▶ **Directions**:
Look through the records below for the line with "f 18 145 20" and the line with "f 247 226 224", then return those lines and all lines between, exactly.

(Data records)
BEGIN

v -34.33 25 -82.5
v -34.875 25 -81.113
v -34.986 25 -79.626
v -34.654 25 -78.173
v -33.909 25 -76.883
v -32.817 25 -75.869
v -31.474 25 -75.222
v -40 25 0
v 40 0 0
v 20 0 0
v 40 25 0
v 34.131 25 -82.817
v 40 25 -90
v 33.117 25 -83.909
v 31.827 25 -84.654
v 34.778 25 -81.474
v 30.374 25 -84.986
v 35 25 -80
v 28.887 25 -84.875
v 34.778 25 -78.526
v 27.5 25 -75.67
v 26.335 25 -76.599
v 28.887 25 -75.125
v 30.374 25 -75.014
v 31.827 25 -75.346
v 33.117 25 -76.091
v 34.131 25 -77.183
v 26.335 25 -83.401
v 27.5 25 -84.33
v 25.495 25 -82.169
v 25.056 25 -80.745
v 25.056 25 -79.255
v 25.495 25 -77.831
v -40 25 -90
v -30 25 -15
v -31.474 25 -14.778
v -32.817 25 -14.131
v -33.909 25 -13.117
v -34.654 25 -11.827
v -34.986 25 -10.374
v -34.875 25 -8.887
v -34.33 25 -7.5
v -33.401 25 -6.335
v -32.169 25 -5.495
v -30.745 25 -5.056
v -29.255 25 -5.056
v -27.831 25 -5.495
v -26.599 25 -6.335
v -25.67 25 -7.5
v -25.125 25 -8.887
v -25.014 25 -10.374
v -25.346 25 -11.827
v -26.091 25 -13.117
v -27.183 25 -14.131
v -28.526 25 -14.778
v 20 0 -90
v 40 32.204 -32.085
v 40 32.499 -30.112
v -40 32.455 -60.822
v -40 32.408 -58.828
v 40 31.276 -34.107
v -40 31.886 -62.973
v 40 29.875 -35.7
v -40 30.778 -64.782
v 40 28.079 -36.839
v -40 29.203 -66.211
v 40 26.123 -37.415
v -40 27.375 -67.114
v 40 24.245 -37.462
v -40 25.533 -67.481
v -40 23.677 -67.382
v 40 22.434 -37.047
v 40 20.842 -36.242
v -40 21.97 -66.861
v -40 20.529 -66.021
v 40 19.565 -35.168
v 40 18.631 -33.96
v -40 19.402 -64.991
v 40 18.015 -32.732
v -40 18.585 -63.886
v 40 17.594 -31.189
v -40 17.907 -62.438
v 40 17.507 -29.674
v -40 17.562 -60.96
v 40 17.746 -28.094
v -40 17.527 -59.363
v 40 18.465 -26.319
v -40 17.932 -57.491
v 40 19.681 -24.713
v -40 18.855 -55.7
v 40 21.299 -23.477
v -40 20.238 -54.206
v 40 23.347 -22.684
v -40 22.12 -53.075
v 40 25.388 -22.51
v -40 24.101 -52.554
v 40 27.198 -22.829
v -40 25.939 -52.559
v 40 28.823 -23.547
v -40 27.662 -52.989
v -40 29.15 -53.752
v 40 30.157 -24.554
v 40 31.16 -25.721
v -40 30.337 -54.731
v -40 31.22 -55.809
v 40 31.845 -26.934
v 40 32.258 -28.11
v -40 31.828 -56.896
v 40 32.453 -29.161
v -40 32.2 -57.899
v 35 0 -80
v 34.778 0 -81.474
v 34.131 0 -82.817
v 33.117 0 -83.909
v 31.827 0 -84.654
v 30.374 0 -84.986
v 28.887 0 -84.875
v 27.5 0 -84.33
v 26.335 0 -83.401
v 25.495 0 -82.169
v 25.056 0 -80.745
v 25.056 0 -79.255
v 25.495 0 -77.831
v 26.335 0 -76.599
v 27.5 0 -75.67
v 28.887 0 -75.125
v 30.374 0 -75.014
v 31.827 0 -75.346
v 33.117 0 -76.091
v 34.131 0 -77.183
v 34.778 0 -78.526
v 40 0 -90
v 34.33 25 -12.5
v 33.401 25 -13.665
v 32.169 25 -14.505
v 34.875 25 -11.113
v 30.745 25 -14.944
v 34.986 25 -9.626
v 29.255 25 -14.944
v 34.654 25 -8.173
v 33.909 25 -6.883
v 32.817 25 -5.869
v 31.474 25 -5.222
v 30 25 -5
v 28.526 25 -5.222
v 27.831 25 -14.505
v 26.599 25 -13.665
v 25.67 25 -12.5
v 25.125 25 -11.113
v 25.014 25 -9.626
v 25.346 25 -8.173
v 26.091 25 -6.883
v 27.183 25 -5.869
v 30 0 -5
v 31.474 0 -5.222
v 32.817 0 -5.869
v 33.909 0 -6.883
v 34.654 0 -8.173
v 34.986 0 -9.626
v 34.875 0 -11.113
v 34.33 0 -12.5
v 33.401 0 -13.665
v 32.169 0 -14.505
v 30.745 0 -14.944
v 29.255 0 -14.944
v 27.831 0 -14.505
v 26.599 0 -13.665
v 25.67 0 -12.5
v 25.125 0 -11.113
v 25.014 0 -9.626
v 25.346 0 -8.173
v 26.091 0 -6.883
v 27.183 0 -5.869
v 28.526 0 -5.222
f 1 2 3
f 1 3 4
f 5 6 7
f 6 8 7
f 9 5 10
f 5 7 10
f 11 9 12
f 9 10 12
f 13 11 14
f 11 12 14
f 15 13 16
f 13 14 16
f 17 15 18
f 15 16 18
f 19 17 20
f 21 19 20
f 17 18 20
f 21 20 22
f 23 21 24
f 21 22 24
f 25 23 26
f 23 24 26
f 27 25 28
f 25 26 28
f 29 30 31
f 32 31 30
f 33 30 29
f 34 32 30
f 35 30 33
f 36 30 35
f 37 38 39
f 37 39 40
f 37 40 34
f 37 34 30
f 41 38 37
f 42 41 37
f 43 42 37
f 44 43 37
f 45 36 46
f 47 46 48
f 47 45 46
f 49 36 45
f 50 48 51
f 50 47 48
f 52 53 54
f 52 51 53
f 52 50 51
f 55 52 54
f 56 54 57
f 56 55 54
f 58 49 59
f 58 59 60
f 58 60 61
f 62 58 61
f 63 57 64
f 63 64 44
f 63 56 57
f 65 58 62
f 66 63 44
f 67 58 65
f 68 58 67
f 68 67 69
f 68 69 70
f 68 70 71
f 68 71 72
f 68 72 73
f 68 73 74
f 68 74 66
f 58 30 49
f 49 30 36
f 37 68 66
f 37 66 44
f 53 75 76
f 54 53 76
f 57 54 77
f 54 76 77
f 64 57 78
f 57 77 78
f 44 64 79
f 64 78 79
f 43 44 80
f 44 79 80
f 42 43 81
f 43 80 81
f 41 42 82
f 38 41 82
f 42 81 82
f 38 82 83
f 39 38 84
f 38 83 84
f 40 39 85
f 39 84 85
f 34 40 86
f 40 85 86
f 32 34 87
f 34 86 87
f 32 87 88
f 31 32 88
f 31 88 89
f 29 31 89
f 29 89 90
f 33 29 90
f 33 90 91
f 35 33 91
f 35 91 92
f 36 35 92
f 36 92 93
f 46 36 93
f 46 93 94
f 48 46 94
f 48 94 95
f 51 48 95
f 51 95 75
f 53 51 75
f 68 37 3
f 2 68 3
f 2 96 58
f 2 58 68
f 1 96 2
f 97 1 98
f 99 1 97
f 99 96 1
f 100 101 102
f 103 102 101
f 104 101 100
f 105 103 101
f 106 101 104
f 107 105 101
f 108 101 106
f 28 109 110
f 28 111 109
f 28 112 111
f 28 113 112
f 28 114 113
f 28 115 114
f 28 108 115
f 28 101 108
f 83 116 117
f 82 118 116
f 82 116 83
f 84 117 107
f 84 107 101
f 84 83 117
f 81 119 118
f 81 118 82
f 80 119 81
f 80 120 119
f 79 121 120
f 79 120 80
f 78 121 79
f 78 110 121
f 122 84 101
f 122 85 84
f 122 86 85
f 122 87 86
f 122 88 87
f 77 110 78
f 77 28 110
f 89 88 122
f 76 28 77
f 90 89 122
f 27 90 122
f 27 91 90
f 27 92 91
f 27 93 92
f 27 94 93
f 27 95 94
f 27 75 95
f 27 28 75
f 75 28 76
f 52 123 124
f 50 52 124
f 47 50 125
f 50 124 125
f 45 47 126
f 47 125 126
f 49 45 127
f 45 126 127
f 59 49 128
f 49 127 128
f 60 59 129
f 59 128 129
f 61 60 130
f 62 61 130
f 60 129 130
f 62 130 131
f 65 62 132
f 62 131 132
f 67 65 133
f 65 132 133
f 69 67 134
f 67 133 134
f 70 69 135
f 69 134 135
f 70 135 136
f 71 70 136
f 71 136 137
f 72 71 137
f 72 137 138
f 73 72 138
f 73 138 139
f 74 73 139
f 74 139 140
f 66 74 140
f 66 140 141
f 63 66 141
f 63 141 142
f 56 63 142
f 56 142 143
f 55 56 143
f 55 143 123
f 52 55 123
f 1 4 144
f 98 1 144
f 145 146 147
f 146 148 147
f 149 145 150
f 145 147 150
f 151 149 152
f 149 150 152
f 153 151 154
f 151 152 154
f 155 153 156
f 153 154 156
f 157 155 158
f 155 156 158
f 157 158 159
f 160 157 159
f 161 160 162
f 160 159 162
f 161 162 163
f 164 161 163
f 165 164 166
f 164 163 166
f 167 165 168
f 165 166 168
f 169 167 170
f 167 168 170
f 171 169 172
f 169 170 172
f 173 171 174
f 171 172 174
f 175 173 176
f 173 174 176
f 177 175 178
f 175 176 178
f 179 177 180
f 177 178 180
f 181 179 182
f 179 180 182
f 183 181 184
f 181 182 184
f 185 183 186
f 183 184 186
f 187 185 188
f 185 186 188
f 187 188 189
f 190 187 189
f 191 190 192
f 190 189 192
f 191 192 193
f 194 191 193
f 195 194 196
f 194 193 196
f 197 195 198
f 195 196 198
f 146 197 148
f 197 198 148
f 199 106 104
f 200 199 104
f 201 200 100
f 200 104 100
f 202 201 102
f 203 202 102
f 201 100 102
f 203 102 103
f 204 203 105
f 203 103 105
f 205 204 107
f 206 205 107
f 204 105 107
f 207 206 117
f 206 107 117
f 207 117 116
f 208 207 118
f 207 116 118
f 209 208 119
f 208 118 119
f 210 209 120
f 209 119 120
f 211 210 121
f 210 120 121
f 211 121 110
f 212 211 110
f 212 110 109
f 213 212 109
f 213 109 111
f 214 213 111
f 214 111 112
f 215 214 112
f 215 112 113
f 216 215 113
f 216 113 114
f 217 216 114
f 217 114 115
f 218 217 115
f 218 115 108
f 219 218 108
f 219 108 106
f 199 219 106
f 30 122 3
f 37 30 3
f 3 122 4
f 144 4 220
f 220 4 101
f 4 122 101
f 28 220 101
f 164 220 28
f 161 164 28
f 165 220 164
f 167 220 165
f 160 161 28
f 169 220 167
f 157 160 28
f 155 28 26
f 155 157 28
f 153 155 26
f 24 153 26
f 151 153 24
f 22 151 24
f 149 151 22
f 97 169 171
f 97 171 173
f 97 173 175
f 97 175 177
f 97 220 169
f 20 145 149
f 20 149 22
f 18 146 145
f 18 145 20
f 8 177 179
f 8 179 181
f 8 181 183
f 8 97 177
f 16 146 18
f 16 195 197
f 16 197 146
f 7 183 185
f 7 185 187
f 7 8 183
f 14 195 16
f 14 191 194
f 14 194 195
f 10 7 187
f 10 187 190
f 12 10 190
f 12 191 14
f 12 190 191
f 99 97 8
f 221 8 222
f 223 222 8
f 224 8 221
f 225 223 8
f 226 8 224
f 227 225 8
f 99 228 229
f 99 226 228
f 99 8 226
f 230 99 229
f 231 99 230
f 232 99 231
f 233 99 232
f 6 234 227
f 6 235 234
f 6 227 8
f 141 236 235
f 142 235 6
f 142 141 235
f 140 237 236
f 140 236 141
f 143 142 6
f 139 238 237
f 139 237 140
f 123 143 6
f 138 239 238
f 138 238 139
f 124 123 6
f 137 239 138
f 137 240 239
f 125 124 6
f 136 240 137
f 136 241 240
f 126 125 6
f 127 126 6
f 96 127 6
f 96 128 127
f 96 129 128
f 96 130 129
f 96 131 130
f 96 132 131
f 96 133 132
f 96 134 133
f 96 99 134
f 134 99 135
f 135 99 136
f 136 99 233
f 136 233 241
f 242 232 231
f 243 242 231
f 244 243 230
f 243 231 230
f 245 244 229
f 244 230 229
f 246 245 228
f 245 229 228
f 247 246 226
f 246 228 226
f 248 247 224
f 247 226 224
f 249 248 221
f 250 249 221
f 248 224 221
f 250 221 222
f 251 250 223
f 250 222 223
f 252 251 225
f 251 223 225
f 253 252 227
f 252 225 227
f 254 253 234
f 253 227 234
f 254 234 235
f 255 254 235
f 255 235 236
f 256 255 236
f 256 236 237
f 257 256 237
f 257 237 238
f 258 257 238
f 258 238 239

END

▶ **Completed exercise**:
f 18 145 20
f 8 177 179
f 8 179 181
f 8 181 183
f 8 97 177
f 16 146 18
f 16 195 197
f 16 197 146
f 7 183 185
f 7 185 187
f 7 8 183
f 14 195 16
f 14 191 194
f 14 194 195
f 10 7 187
f 10 187 190
f 12 10 190
f 12 191 14
f 12 190 191
f 99 97 8
f 221 8 222
f 223 222 8
f 224 8 221
f 225 223 8
f 226 8 224
f 227 225 8
f 99 228 229
f 99 226 228
f 99 8 226
f 230 99 229
f 231 99 230
f 232 99 231
f 233 99 232
f 6 234 227
f 6 235 234
f 6 227 8
f 141 236 235
f 142 235 6
f 142 141 235
f 140 237 236
f 140 236 141
f 143 142 6
f 139 238 237
f 139 237 140
f 123 143 6
f 138 239 238
f 138 238 139
f 124 123 6
f 137 239 138
f 137 240 239
f 125 124 6
f 136 240 137
f 136 241 240
f 126 125 6
f 127 126 6
f 96 127 6
f 96 128 127
f 96 129 128
f 96 130 129
f 96 131 130
f 96 132 131
f 96 133 132
f 96 134 133
f 96 99 134
f 134 99 135
f 135 99 136
f 136 99 233
f 136 233 241
f 242 232 231
f 243 242 231
f 244 243 230
f 243 231 230
f 245 244 229
f 244 230 229
f 246 245 228
f 245 229 228
f 247 246 226
f 246 228 226
f 248 247 224
f 247 226 224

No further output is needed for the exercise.